Role of Cell Adhesion Molecules for Prognosis of Disease Development of Patients With and Without COVID-19 in the Emergency Department

Wolfgang Bauer 1,, Jannis Ulke 2, Noa Galtung 1, Leonore Claudia Strasser-Marsik 3, Nick Neuwinger 2,3, Rudolf Tauber 2,3, Rajan Somasundaram 1, Kai Kappert 2,3
PMCID: PMC7928779  PMID: 33502532

To the Editor—While the coronavirus disease 2019 (COVID-19) is mostly characterized by mild symptoms, some infections provoke a cytokine storm, leading to septic shock and multiorgan failure (MOF) [1–3]. A severe course of the disease may be accompanied by coagulopathy and endotheliopathy, leading to thrombotic and microvascular complications [4]. Therefore, endothelial markers [4–6] might predict the outcome of COVID-19 patients an early stage after diagnosis, with direct impact on decisions regarding therapy requirements.

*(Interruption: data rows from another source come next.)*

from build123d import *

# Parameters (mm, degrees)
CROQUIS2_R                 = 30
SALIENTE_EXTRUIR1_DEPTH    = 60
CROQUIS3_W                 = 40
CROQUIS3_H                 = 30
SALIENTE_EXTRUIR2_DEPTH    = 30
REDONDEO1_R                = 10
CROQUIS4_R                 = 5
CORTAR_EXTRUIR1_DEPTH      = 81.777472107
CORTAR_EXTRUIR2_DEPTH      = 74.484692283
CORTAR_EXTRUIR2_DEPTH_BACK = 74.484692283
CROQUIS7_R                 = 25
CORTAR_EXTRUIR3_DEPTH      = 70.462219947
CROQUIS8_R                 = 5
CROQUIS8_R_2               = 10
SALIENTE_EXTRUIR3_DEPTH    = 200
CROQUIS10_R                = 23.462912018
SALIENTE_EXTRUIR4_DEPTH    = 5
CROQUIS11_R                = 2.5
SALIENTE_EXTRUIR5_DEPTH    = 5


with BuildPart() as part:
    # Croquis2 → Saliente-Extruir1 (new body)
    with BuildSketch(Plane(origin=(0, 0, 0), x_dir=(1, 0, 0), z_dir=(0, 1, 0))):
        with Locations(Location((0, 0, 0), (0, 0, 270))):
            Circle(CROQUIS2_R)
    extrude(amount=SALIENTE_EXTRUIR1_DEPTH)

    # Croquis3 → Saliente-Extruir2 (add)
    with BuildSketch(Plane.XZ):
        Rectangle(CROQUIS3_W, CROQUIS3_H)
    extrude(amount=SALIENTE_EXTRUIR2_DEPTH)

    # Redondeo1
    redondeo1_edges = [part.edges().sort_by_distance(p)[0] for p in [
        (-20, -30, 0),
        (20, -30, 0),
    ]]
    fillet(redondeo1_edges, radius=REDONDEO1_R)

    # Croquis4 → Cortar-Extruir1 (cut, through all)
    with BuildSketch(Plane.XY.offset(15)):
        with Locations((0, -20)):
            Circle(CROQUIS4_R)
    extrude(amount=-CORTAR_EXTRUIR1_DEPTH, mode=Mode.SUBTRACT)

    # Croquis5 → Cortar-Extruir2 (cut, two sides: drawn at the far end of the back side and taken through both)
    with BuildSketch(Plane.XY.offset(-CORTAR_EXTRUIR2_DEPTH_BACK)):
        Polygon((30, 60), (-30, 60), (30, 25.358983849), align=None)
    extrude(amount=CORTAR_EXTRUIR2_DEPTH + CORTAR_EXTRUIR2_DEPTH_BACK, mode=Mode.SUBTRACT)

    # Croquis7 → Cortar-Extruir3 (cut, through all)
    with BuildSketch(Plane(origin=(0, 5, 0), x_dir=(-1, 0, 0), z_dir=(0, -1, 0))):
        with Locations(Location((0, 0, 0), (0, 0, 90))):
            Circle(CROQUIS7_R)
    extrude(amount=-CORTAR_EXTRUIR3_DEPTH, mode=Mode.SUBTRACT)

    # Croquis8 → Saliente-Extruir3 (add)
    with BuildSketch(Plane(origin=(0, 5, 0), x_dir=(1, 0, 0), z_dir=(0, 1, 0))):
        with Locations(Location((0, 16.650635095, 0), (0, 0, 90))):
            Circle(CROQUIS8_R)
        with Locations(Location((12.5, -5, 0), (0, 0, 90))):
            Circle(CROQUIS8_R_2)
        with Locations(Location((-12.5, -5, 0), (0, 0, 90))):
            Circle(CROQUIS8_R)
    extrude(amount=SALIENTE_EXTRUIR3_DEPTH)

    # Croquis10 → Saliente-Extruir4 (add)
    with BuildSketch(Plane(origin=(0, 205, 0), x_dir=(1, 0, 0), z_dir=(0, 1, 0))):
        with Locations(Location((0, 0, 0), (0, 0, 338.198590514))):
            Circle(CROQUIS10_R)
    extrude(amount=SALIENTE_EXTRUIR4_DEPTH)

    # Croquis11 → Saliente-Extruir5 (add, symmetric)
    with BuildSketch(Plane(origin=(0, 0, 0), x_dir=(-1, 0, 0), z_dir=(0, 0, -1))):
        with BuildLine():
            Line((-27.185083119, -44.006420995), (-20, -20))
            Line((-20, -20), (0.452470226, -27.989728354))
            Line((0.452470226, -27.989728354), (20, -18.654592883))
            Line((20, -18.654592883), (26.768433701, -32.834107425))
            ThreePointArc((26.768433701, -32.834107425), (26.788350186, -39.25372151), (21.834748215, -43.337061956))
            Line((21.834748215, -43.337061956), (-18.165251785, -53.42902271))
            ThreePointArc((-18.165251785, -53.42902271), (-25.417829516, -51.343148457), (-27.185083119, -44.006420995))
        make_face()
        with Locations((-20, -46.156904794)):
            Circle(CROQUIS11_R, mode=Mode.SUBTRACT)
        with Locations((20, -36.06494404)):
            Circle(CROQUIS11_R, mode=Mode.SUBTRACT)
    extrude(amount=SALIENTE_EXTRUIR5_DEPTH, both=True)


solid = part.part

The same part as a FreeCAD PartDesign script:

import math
import FreeCAD as App
import Part
import Sketcher
from FreeCAD import Vector
Q = App.Units.Quantity


def edges_at(feature, points):
    """Names of the edges that pass closest to the given points."""
    edges = feature.Shape.Edges
    near = lambda p: min(range(len(edges)), key=lambda i: edges[i].distToShape(Part.Vertex(*p))[0])
    return sorted({f"Edge{near(p) + 1}" for p in points})

doc = App.newDocument("Part")
body = doc.addObject("PartDesign::Body", "Body")

sketch1 = body.newObject("Sketcher::SketchObject", "Sketch")
sketch1.AttachmentSupport = (doc.getObject("XZ_Plane"), [""])
sketch1.MapMode = "FlatFace"
sketch1.addGeometry(Part.Circle(Vector(0, 0, 0), Vector(0, 0, 1), 30), False)
sketch1.addConstraint([
    Sketcher.Constraint("Coincident", 0, 3, -1, 1),
    Sketcher.Constraint("Diameter", 0, Q("60 mm")),
])
pad1 = body.newObject("PartDesign::Pad", "Pad")
pad1.Profile = sketch1
pad1.Length = 60
pad1.Reversed = True

sketch2 = body.newObject("Sketcher::SketchObject", "Sketch001")
sketch2.AttachmentSupport = (doc.getObject("XZ_Plane"), [""])
sketch2.MapMode = "FlatFace"
sketch2.addGeometry([
    Part.LineSegment(Vector(-20, 15, 0), Vector(-20, -15, 0)),
    Part.LineSegment(Vector(-20, -15, 0), Vector(20, -15, 0)),
    Part.LineSegment(Vector(20, -15, 0), Vector(20, 15, 0)),
    Part.LineSegment(Vector(20, 15, 0), Vector(-20, 15, 0)),
], False)
sketch2.addConstraint([
    Sketcher.Constraint("Coincident", 0, 2, 1, 1),
    Sketcher.Constraint("Coincident", 1, 2, 2, 1),
    Sketcher.Constraint("Coincident", 2, 2, 3, 1),
    Sketcher.Constraint("Coincident", 3, 2, 0, 1),
    Sketcher.Constraint("Vertical", 0),
    Sketcher.Constraint("Horizontal", 1),
    Sketcher.Constraint("Vertical", 2),
    Sketcher.Constraint("Horizontal", 3),
    Sketcher.Constraint("Symmetric", 0, 2, 2, 2, -1, 1),
    Sketcher.Constraint("DistanceX", 1, 1, 1, 2, Q("40 mm")),
    Sketcher.Constraint("DistanceY", 0, 2, 0, 1, Q("30 mm")),
])
pad2 = body.newObject("PartDesign::Pad", "Pad001")
pad2.Profile = sketch2
pad2.Length = 30
doc.recompute()

fillet = body.newObject("PartDesign::Fillet", "Fillet")
fillet.Base = (pad2, edges_at(pad2, [(-20, -30, 0), (20, -30, 0)]))
fillet.Radius = 10

sketch3 = body.newObject("Sketcher::SketchObject", "Sketch002")
sketch3.AttachmentSupport = (doc.getObject("XY_Plane"), [""])
sketch3.MapMode = "FlatFace"
sketch3.AttachmentOffset = App.Placement(Vector(0, 0, 15), App.Rotation())
sketch3.addGeometry(Part.Circle(Vector(0, -20, 0), Vector(0, 0, 1), 5), False)
sketch3.addConstraint([
    Sketcher.Constraint("PointOnObject", 0, 3, -2),
    Sketcher.Constraint("Diameter", 0, Q("10 mm")),
    Sketcher.Constraint("DistanceY", 0, 3, -1, 1, Q("20 mm")),
])
pocket1 = body.newObject("PartDesign::Pocket", "Pocket")
pocket1.Profile = sketch3
pocket1.Type = "ThroughAll"

sketch4 = body.newObject("Sketcher::SketchObject", "Sketch003")
sketch4.AttachmentSupport = (doc.getObject("XY_Plane"), [""])
sketch4.MapMode = "FlatFace"
sketch4.addGeometry([
    Part.LineSegment(Vector(30, 60, 0), Vector(-30, 60, 0)),
    Part.LineSegment(Vector(-30, 60, 0), Vector(30, 25, 0)),
    Part.LineSegment(Vector(30, 25, 0), Vector(30, 60, 0)),
], False)
sketch4.addConstraint([
    Sketcher.Constraint("Coincident", 0, 2, 1, 1),
    Sketcher.Constraint("Coincident", 1, 2, 2, 1),
    Sketcher.Constraint("Coincident", 2, 2, 0, 1),
    Sketcher.Constraint("Horizontal", 0),
    Sketcher.Constraint("Vertical", 2),
    Sketcher.Constraint("DistanceX", 0, 2, 0, 1, Q("60 mm")),
    Sketcher.Constraint("Angle", 1, Q("-30 deg")),
    Sketcher.Constraint("DistanceX", 0, 2, -1, 1, Q("30 mm")),
    Sketcher.Constraint("DistanceY", -1, 1, 0, 2, Q("60 mm")),
])
pocket2 = body.newObject("PartDesign::Pocket", "Pocket001")
pocket2.Profile = sketch4
pocket2.Type = "ThroughAll"
pocket2.Midplane = True

sketch5 = body.newObject("Sketcher::SketchObject", "Sketch004")
sketch5.AttachmentSupport = (doc.getObject("XZ_Plane"), [""])
sketch5.MapMode = "FlatFace"
sketch5.AttachmentOffset = App.Placement(Vector(0, 0, -5), App.Rotation())
sketch5.addGeometry(Part.Circle(Vector(0, 0, 0), Vector(0, 0, 1), 25), False)
sketch5.addConstraint([
    Sketcher.Constraint("Coincident", 0, 3, -1, 1),
    Sketcher.Constraint("Diameter", 0, Q("50 mm")),
])
pocket3 = body.newObject("PartDesign::Pocket", "Pocket002")
pocket3.Profile = sketch5
pocket3.Type = "ThroughAll"

sketch6 = body.newObject("Sketcher::SketchObject", "Sketch005")
sketch6.AttachmentSupport = (doc.getObject("XZ_Plane"), [""])
sketch6.MapMode = "FlatFace"
sketch6.AttachmentOffset = App.Placement(Vector(0, 0, -5), App.Rotation())
sketch6.addGeometry([
    Part.Circle(Vector(0, -17, 0), Vector(0, 0, 1), 5),
    Part.Circle(Vector(12, 5, 0), Vector(0, 0, 1), 10),
    Part.Circle(Vector(-12, 5, 0), Vector(0, 0, 1), 5),
], False)
sketch6.addConstraint([
    Sketcher.Constraint("Equal", 0, 2),
    Sketcher.Constraint("Symmetric", 1, 3, 2, 3, -2),
    Sketcher.Constraint("PointOnObject", 0, 3, -2),
    Sketcher.Constraint("Diameter", 0, Q("10 mm")),
    Sketcher.Constraint("Diameter", 1, Q("20 mm")),
    Sketcher.Constraint("DistanceY", -1, 1, 1, 3, Q("5 mm")),
    Sketcher.Constraint("DistanceX", 2, 3, 1, 3, Q("25 mm")),
    Sketcher.Constraint("DistanceY", 0, 3, -1, 1, Q("16.650635 mm")),
])
pad3 = body.newObject("PartDesign::Pad", "Pad002")
pad3.Profile = sketch6
pad3.Length = 200
pad3.Reversed = True

sketch7 = body.newObject("Sketcher::SketchObject", "Sketch006")
sketch7.AttachmentSupport = (doc.getObject("XZ_Plane"), [""])
sketch7.MapMode = "FlatFace"
sketch7.AttachmentOffset = App.Placement(Vector(0, 0, -205), App.Rotation())
sketch7.addGeometry(Part.Circle(Vector(0, 0, 0), Vector(0, 0, 1), 23), False)
sketch7.addConstraint([
    Sketcher.Constraint("Coincident", 0, 3, -1, 1),
    Sketcher.Constraint("Diameter", 0, Q("46.925824 mm")),
])
pad4 = body.newObject("PartDesign::Pad", "Pad003")
pad4.Profile = sketch7
pad4.Length = 5
pad4.Reversed = True

sketch8 = body.newObject("Sketcher::SketchObject", "Sketch007")
sketch8.AttachmentSupport = (doc.getObject("XY_Plane"), [""])
sketch8.MapMode = "FlatFace"
sketch8.addGeometry([
    Part.LineSegment(Vector(20, -20, 0), Vector(27.2, -44, 0)),
    Part.ArcOfCircle(Part.Circle(Vector(20, -46.2, 0), Vector(0, 0, 1), 7.5), math.radians(-104), math.radians(17)),
    Part.LineSegment(Vector(18.2, -53.4, 0), Vector(-21.8, -43.3, 0)),
    Part.ArcOfCircle(Part.Circle(Vector(-20, -36.1, 0), Vector(0, 0, 1), 7.5), math.radians(154), math.radians(256)),
    Part.LineSegment(Vector(-26.8, -32.8, 0), Vector(-20, -18.7, 0)),
    Part.LineSegment(Vector(-20, -18.7, 0), Vector(-0.5, -28, 0)),
    Part.LineSegment(Vector(-0.5, -28, 0), Vector(20, -20, 0)),
    Part.Circle(Vector(20, -46.2, 0), Vector(0, 0, 1), 2.5),
    Part.Circle(Vector(-20, -36.1, 0), Vector(0, 0, 1), 2.5),
], False)
sketch8.addConstraint([
    Sketcher.Constraint("Tangent", 0, 2, 1, 2),
    Sketcher.Constraint("Tangent", 1, 1, 2, 1),
    Sketcher.Constraint("Tangent", 2, 2, 3, 2),
    Sketcher.Constraint("Tangent", 3, 1, 4, 1),
    Sketcher.Constraint("Coincident", 4, 2, 5, 1),
    Sketcher.Constraint("Coincident", 5, 2, 6, 1),
    Sketcher.Constraint("Coincident", 6, 2, 0, 1),
    Sketcher.Constraint("Coincident", 7, 3, 1, 3),
    Sketcher.Constraint("Coincident", 8, 3, 3, 3),
    Sketcher.Constraint("Equal", 1, 3),
    Sketcher.Constraint("Equal", 7, 8),
    Sketcher.Constraint("Vertical", 8, 3, 4, 2),
    Sketcher.Constraint("Vertical", 7, 3, 6, 2),
    Sketcher.Constraint("Diameter", 7, Q("5 mm")),
    Sketcher.Constraint("Radius", 1, Q("7.5 mm")),
    Sketcher.Constraint("DistanceX", -1, 1, 1, 3, Q("20 mm")),
    Sketcher.Constraint("DistanceX", 3, 3, -1, 1, Q("20 mm")),
    Sketcher.Constraint("DistanceY", 6, 2, -1, 1, Q("20 mm")),
    Sketcher.Constraint("DistanceY", 1, 1, 0, 2, Q("9.422602 mm")),
    Sketcher.Constraint("Distance", 6, Q("21.957671 mm")),
    Sketcher.Constraint("DistanceY", 0, 2, -1, 1, Q("44.006421 mm")),
    Sketcher.Constraint("DistanceX", 5, 2, -1, 1, Q("0.45247 mm")),
    Sketcher.Constraint("DistanceY", 3, 3, 4, 2, Q("17.410351 mm")),
])
pad5 = body.newObject("PartDesign::Pad", "Pad004")
pad5.Profile = sketch8
pad5.Length = 10
pad5.Midplane = True

doc.recompute()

With great interest we have read the recent articles by Tong et al and Li et al examining blood levels of endothelial cell adhesion molecules (CAMs) in COVID-19 patients [5, 7]. They showed that vascular CAM-1 (VCAM-1), intercellular CAM-1 (ICAM-1), and platelet endothelial CAM-1 (PECAM-1) were elevated in patients with mild disease and strongly elevated in severe cases compared to an uninfected cohort. In further studies, COVID-19 patients who were later admitted to the intensive care unit (ICU) had increased soluble E-selectin (sE-selectin) plasma levels at hospital admission compared to hospitalized COVID-19 patients in conventional wards [6]. Moreover, elevated levels of soluble P-selectin (sP-selectin) were shown in ICU patients compared with non-ICU patients [4]. Indeed, CAMs critically involved in inflammatory responses may predict organ dysfunction in septic patients [8]. However, this has not been evaluated in detail in comparison to patients with clinically comparable symptoms in the emergency department (ED) but ruled-out severe acute respiratory syndrome coronavirus 2 (SARS-CoV-2) infection, that is non–COVID-19 infectious diseases. Importantly, it has not yet been fully elucidated whether changes in CAMs are superior when compared to traditional biomarkers.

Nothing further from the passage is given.